# How to avoid over smoking bacon?  Cold smoke...



## sub-80 (Jun 10, 2012)

My bellies have been dry-curing for 4-5 days now...so smoking isn't far off.

I know the 'how much smoke' question is a subjective one.  Some like it really smoky...others want to taste the smoke but not have it overpowering the bacon.  I'm probably in the latter group.

Perhaps I'm thinking about this now because I just finished my first batch of cold smoked cheese and the smoke smell was overwhelming upon completion.  I sort of expected this, since the research I did informed me to seal the cheese and wait for smoke to mellow...up to 4 weeks or longer (some say less time)

Is this waiting process also necessary for bacon to allow the smoke to mellow?  I've seen pictures of beautiful bacon that has been cold smoked for hours...and I love that red bark appearance.  But I also wonder if those beautiful bacons were made by those that love a real heavy smoke flavor.  

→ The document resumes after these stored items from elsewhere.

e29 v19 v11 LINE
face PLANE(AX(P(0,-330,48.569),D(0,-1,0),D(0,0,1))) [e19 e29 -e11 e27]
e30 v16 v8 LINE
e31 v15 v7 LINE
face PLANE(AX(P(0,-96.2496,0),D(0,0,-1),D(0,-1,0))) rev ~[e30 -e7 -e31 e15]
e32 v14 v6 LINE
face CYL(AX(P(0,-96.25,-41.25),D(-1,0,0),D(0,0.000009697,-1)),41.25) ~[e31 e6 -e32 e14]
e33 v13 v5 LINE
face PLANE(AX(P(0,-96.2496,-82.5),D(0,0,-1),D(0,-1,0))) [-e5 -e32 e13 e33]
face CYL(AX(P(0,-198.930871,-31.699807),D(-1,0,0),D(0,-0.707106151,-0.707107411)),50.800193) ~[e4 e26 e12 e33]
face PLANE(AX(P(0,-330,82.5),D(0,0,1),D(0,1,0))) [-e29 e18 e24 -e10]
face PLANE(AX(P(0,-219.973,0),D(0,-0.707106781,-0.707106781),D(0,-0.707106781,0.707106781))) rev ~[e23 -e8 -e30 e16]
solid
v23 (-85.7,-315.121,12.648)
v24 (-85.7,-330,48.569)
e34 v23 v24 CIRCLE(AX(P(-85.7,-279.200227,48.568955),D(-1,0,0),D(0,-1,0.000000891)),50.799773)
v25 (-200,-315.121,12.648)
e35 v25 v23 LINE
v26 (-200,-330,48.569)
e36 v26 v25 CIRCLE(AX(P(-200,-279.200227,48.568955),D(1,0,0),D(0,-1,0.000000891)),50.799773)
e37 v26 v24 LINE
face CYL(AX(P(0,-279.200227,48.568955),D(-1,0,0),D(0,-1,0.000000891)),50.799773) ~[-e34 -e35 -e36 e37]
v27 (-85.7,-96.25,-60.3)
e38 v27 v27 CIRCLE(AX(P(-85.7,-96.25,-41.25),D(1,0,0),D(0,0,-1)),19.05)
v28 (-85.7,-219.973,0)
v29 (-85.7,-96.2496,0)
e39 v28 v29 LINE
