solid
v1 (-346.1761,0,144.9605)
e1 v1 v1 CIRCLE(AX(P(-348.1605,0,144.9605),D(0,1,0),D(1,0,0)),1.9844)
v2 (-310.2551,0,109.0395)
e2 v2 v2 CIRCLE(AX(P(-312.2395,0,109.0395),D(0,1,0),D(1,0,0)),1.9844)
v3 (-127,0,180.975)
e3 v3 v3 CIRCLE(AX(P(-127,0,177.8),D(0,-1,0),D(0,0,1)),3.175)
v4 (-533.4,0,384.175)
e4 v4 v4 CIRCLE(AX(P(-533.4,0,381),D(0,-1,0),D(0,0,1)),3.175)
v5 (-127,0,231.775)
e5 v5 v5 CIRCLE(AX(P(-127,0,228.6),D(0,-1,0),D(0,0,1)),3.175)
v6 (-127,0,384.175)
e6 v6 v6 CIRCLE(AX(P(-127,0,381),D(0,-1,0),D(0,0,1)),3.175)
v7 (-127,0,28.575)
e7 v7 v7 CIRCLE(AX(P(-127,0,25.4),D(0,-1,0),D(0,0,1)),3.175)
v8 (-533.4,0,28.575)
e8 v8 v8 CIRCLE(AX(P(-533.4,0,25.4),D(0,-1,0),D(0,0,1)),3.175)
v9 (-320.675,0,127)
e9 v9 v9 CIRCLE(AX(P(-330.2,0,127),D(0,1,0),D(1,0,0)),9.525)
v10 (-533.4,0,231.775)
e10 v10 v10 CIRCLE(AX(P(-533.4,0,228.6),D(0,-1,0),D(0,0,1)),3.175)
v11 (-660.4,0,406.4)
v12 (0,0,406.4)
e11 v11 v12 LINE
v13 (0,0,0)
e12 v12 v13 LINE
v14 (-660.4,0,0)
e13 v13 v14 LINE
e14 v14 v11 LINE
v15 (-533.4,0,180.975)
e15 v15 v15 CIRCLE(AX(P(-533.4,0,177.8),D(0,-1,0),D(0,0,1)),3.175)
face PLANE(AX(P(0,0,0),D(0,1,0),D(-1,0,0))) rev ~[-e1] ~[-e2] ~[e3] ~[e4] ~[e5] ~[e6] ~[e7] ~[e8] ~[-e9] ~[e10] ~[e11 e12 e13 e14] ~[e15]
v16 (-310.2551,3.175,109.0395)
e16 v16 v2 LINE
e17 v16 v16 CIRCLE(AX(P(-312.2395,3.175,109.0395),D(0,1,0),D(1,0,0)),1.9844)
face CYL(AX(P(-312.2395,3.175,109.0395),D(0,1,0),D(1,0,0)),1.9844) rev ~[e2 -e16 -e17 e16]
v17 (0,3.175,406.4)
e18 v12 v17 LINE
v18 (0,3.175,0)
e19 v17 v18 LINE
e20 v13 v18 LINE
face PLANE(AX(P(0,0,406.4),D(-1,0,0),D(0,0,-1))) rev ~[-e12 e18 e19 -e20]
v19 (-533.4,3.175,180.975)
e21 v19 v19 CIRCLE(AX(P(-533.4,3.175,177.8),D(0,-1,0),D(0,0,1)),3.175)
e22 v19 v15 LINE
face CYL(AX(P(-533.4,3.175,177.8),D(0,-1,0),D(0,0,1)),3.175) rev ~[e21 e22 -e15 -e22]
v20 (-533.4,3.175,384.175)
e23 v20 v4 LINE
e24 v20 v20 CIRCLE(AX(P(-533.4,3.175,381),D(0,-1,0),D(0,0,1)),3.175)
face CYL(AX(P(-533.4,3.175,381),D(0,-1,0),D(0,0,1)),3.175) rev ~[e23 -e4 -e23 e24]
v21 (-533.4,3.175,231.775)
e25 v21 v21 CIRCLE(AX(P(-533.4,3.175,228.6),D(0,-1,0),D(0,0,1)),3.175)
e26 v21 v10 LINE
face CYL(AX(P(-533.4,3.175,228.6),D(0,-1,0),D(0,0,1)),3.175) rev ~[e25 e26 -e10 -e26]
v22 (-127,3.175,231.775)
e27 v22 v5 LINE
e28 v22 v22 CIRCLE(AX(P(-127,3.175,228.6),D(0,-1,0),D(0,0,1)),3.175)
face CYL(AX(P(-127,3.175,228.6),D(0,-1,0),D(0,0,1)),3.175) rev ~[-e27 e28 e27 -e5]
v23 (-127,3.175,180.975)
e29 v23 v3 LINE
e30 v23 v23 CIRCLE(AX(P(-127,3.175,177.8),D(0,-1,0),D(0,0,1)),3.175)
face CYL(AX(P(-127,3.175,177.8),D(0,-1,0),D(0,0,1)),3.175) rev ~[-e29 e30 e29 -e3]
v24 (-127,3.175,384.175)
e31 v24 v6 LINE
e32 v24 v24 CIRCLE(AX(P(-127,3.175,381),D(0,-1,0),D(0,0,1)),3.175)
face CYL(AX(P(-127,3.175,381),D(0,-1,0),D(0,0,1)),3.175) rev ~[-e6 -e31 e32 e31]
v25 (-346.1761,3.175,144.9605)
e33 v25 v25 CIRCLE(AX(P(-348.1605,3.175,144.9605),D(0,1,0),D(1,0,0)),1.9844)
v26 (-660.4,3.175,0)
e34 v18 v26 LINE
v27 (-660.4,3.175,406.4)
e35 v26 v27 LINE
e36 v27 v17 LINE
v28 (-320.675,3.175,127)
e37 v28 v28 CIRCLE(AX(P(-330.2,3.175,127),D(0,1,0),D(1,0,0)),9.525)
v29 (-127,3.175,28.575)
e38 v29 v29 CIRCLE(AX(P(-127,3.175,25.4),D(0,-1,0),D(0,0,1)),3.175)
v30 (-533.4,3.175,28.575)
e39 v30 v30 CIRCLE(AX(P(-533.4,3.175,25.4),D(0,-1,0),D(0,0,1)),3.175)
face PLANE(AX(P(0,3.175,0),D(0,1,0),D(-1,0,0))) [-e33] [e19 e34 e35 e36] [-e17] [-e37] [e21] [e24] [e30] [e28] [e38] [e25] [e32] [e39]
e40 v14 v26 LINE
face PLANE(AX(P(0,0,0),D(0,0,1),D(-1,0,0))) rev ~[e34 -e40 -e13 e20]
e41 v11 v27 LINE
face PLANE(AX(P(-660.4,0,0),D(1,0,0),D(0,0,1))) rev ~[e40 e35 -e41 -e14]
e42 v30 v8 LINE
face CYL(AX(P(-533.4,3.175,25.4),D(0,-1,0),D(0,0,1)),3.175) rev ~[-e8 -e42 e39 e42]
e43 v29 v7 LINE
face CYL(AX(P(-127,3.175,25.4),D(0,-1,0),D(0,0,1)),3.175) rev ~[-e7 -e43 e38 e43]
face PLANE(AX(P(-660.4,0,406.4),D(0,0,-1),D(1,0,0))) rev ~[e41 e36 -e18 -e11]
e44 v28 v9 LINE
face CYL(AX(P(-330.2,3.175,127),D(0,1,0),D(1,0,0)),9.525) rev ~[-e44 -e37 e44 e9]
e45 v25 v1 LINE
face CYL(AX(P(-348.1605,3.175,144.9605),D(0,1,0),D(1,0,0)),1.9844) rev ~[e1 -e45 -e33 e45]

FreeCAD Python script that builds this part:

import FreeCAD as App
import Part
import Sketcher
from FreeCAD import Vector
Q = App.Units.Quantity

doc = App.newDocument("Part")
params = doc.addObject("Spreadsheet::Sheet", "Params")
for row, (alias, value) in enumerate([
    ("sketch1_width", "26 in"),
    ("sketch1_height", "16 in"),
    ("pad1_length", "0.125 in"),
    ("sketch2_diameter", "0.25 in"),
    ("hole_diameter", "0.25 in"),
    ("sketch3_diameter", "0.25 in"),
    ("hole2_diameter", "0.25 in"),
    ("sketch4_diameter", "0.75 in"),
    ("sketch4_diameter2", "0.156252 in"),
    ("pocket1_length", "0.125 in"),
], start=1):
    params.set(f"A{row}", alias)
    params.set(f"B{row}", "=" + value)
    params.setAlias(f"B{row}", alias)

body = doc.addObject("PartDesign::Body", "Body")

# Sketch on XZ plane
sketch1 = body.newObject("Sketcher::SketchObject", "Sketch")
sketch1.AttachmentSupport = (doc.getObject("XZ_Plane"), [""])
sketch1.MapMode = "FlatFace"
sketch1.addGeometry([
    Part.LineSegment(Vector(0, 406.4, 0), Vector(0, 0, 0)),
    Part.LineSegment(Vector(0, 0, 0), Vector(-660.4, 0, 0)),
    Part.LineSegment(Vector(-660.4, 0, 0), Vector(-660.4, 406.4, 0)),
    Part.LineSegment(Vector(-660.4, 406.4, 0), Vector(0, 406.4, 0)),
], False)
sketch1.addConstraint([
    Sketcher.Constraint("Coincident", 0, 2, 1, 1),
    Sketcher.Constraint("Coincident", 1, 2, 2, 1),
    Sketcher.Constraint("Coincident", 2, 2, 3, 1),
    Sketcher.Constraint("Coincident", 3, 2, 0, 1),
    Sketcher.Constraint("Vertical", 0),
    Sketcher.Constraint("Horizontal", 1),
    Sketcher.Constraint("Vertical", 2),
    Sketcher.Constraint("Horizontal", 3),
    Sketcher.Constraint("Coincident", 0, 2, -1, 1),
    Sketcher.Constraint("DistanceX", 1, 2, 1, 1, Q("26 in")),
    Sketcher.Constraint("DistanceY", 0, 2, 0, 1, Q("16 in")),
])
sketch1.setExpression("Constraints[9]", "Params.sketch1_width")
sketch1.setExpression("Constraints[10]", "Params.sketch1_height")
pad1 = body.newObject("PartDesign::Pad", "Pad")
pad1.Profile = sketch1
pad1.setExpression("Length", "Params.pad1_length")
pad1.Reversed = True

# Sketch on XZ plane
sketch2 = body.newObject("Sketcher::SketchObject", "Sketch001")
sketch2.AttachmentSupport = (doc.getObject("XZ_Plane"), [""])
sketch2.MapMode = "FlatFace"
sketch2.AttachmentOffset = App.Placement(Vector(0, 0, -0.125 * 25.4), App.Rotation())
sketch2.addGeometry([
    Part.Circle(Vector(-127, 381, 0), Vector(0, 0, 1), 3.175),
    Part.Circle(Vector(-533.4, 381, 0), Vector(0, 0, 1), 3.175),
    Part.Circle(Vector(-533.4, 25.4, 0), Vector(0, 0, 1), 3.175),
    Part.Circle(Vector(-127, 25.4, 0), Vector(0, 0, 1), 3.175),
], False)
sketch2.addConstraint([
    Sketcher.Constraint("Equal", 0, 1),
    Sketcher.Constraint("Equal", 1, 2),
    Sketcher.Constraint("Equal", 2, 3),
    Sketcher.Constraint("Horizontal", 0, 3, 1, 3),
    Sketcher.Constraint("Horizontal", 2, 3, 3, 3),
    Sketcher.Constraint("Vertical", 1, 3, 2, 3),
    Sketcher.Constraint("Vertical", 0, 3, 3, 3),
    Sketcher.Constraint("Diameter", 0, Q("0.25 in")),
    Sketcher.Constraint("DistanceX", 0, 3, -1, 1, Q("5 in")),
    Sketcher.Constraint("DistanceY", -1, 1, 0, 3, Q("15 in")),
    Sketcher.Constraint("DistanceX", 1, 3, -1, 1, Q("21 in")),
    Sketcher.Constraint("DistanceY", -1, 1, 2, 3, Q("1 in")),
])
sketch2.setExpression("Constraints[7]", "Params.sketch2_diameter")
doc.recompute()
hole = body.newObject("PartDesign::Hole", "Hole")
hole.Profile = sketch2
hole.ThreadType = "None"
hole.setExpression("Diameter", "Params.hole_diameter")
hole.DepthType = "ThroughAll"
hole.Reversed = True

# Sketch on XZ plane
sketch3 = body.newObject("Sketcher::SketchObject", "Sketch002")
sketch3.AttachmentSupport = (doc.getObject("XZ_Plane"), [""])
sketch3.MapMode = "FlatFace"
sketch3.AttachmentOffset = App.Placement(Vector(0, 0, -0.125 * 25.4), App.Rotation())
sketch3.addGeometry([
    Part.Circle(Vector(-127, 228.6, 0), Vector(0, 0, 1), 3.175),
    Part.Circle(Vector(-127, 177.8, 0), Vector(0, 0, 1), 3.175),
    Part.Circle(Vector(-533.4, 177.8, 0), Vector(0, 0, 1), 3.175),
    Part.Circle(Vector(-533.4, 228.6, 0), Vector(0, 0, 1), 3.175),
], False)
sketch3.addConstraint([
    Sketcher.Constraint("Equal", 0, 1),
    Sketcher.Constraint("Equal", 1, 2),
    Sketcher.Constraint("Equal", 2, 3),
    Sketcher.Constraint("Horizontal", 1, 3, 2, 3),
    Sketcher.Constraint("Horizontal", 0, 3, 3, 3),
    Sketcher.Constraint("Vertical", 0, 3, 1, 3),
    Sketcher.Constraint("Vertical", 2, 3, 3, 3),
    Sketcher.Constraint("Diameter", 0, Q("0.25 in")),
    Sketcher.Constraint("DistanceX", 0, 3, -1, 1, Q("5 in")),
    Sketcher.Constraint("DistanceY", -1, 1, 0, 3, Q("9 in")),
    Sketcher.Constraint("DistanceY", -1, 1, 1, 3, Q("7 in")),
    Sketcher.Constraint("DistanceX", 2, 3, -1, 1, Q("21 in")),
])
sketch3.setExpression("Constraints[7]", "Params.sketch3_diameter")
doc.recompute()
hole2 = body.newObject("PartDesign::Hole", "Hole001")
hole2.Profile = sketch3
hole2.ThreadType = "None"
hole2.setExpression("Diameter", "Params.hole2_diameter")
hole2.DepthType = "ThroughAll"
hole2.Reversed = True

# Sketch on XZ plane
sketch4 = body.newObject("Sketcher::SketchObject", "Sketch003")
sketch4.AttachmentSupport = (doc.getObject("XZ_Plane"), [""])
sketch4.MapMode = "FlatFace"
sketch4.AttachmentOffset = App.Placement(Vector(0, 0, -0.125 * 25.4), App.Rotation())
sketch4.addGeometry([
    Part.Circle(Vector(-330.2, 127, 0), Vector(0, 0, 1), 9.525),
    Part.Circle(Vector(-348.1605, 144.9605, 0), Vector(0, 0, 1), 1.9844),
    Part.Circle(Vector(-312.2395, 109.0395, 0), Vector(0, 0, 1), 1.9844),
], False)
sketch4.addConstraint([
    Sketcher.Constraint("Equal", 1, 2),
    Sketcher.Constraint("Diameter", 0, Q("0.75 in")),
    Sketcher.Constraint("Diameter", 1, Q("0.156252 in")),
    Sketcher.Constraint("DistanceX", 0, 3, -1, 1, Q("13 in")),
    Sketcher.Constraint("DistanceY", -1, 1, 0, 3, Q("5 in")),
    Sketcher.Constraint("DistanceX", 1, 3, -1, 1, Q("13.7071 in")),
    Sketcher.Constraint("DistanceY", -1, 1, 1, 3, Q("5.7071 in")),
    Sketcher.Constraint("DistanceX", 2, 3, -1, 1, Q("12.2929 in")),
    Sketcher.Constraint("DistanceY", -1, 1, 2, 3, Q("4.2929 in")),
])
sketch4.setExpression("Constraints[1]", "Params.sketch4_diameter")
sketch4.setExpression("Constraints[2]", "Params.sketch4_diameter2")
pocket1 = body.newObject("PartDesign::Pocket", "Pocket")
pocket1.Profile = sketch4
pocket1.setExpression("Length", "Params.pocket1_length")
pocket1.Reversed = True

doc.recompute()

I'm making this bacon for myself of course...but also giving a good portion to my dad for fathers day.  I think our smoke preferences are similar...not too much...but certainly enough (if that makes sense)

Does cold smoked bacon need to mellow?  And are the effects of the waiting process as dramatic as I've heard they can be with smoked cheese? 

I'm using the AMZN pellet...was going to either use all apple, or my own version of Todd's Pitmaster's Choice...haven't decided.  I was also going to smoke for about 6-8 hours, lighting both ends of the AMZN (only lit one end for the cheese...which went for a hair over 2 hours).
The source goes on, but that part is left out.